What is required: Copy the lines word for word. Begin at the line that contains "v 6.3 5.5 10" and end with the final line of the data.

Records shown:
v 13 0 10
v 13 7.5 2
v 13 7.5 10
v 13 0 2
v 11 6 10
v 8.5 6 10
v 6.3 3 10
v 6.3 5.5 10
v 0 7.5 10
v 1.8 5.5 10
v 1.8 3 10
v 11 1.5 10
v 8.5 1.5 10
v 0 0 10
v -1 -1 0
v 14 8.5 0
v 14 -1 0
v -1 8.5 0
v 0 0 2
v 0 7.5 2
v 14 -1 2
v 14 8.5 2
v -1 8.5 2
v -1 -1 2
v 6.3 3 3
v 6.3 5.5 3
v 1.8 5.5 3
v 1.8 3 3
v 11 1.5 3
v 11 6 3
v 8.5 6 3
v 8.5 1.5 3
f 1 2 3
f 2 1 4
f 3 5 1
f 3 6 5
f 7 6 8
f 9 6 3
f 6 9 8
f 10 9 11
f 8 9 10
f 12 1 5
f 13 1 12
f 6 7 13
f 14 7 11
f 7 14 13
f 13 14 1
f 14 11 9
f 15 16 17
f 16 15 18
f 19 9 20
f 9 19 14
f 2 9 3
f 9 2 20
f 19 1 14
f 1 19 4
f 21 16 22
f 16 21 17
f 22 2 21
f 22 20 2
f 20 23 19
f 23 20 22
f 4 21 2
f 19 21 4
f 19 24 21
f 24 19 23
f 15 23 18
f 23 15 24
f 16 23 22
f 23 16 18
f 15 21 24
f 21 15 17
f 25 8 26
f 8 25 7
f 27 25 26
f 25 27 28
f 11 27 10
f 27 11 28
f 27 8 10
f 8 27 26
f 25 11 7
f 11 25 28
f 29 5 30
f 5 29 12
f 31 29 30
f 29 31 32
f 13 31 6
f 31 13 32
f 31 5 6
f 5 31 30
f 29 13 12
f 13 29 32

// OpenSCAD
difference(){
	union(){
		cube([13,7.5,10]);
		translate([-1,-1,0])cube([15,9.5,2]);
	}
	union(){
		translate([1.8,3,3])cube([4.5,2.5,10]);
		translate([8.5,1.5,3])cube([2.5,4.5,10]);
	}
}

Reply:
v 6.3 5.5 10
v 0 7.5 10
v 1.8 5.5 10
v 1.8 3 10
v 11 1.5 10
v 8.5 1.5 10
v 0 0 10
v -1 -1 0
v 14 8.5 0
v 14 -1 0
v -1 8.5 0
v 0 0 2
v 0 7.5 2
v 14 -1 2
v 14 8.5 2
v -1 8.5 2
v -1 -1 2
v 6.3 3 3
v 6.3 5.5 3
v 1.8 5.5 3
v 1.8 3 3
v 11 1.5 3
v 11 6 3
v 8.5 6 3
v 8.5 1.5 3
f 1 2 3
f 2 1 4
f 3 5 1
f 3 6 5
f 7 6 8
f 9 6 3
f 6 9 8
f 10 9 11
f 8 9 10
f 12 1 5
f 13 1 12
f 6 7 13
f 14 7 11
f 7 14 13
f 13 14 1
f 14 11 9
f 15 16 17
f 16 15 18
f 19 9 20
f 9 19 14
f 2 9 3
f 9 2 20
f 19 1 14
f 1 19 4
f 21 16 22
f 16 21 17
f 22 2 21
f 22 20 2
f 20 23 19
f 23 20 22
f 4 21 2
f 19 21 4
f 19 24 21
f 24 19 23
f 15 23 18
f 23 15 24
f 16 23 22
f 23 16 18
f 15 21 24
f 21 15 17
f 25 8 26
f 8 25 7
f 27 25 26
f 25 27 28
f 11 27 10
f 27 11 28
f 27 8 10
f 8 27 26
f 25 11 7
f 11 25 28
f 29 5 30
f 5 29 12
f 31 29 30
f 29 31 32
f 13 31 6
f 31 13 32
f 31 5 6
f 5 31 30
f 29 13 12
f 13 29 32

// OpenSCAD
difference(){
	union(){
		cube([13,7.5,10]);
		translate([-1,-1,0])cube([15,9.5,2]);
	}
	union(){
		translate([1.8,3,3])cube([4.5,2.5,10]);
		translate([8.5,1.5,3])cube([2.5,4.5,10]);
	}
}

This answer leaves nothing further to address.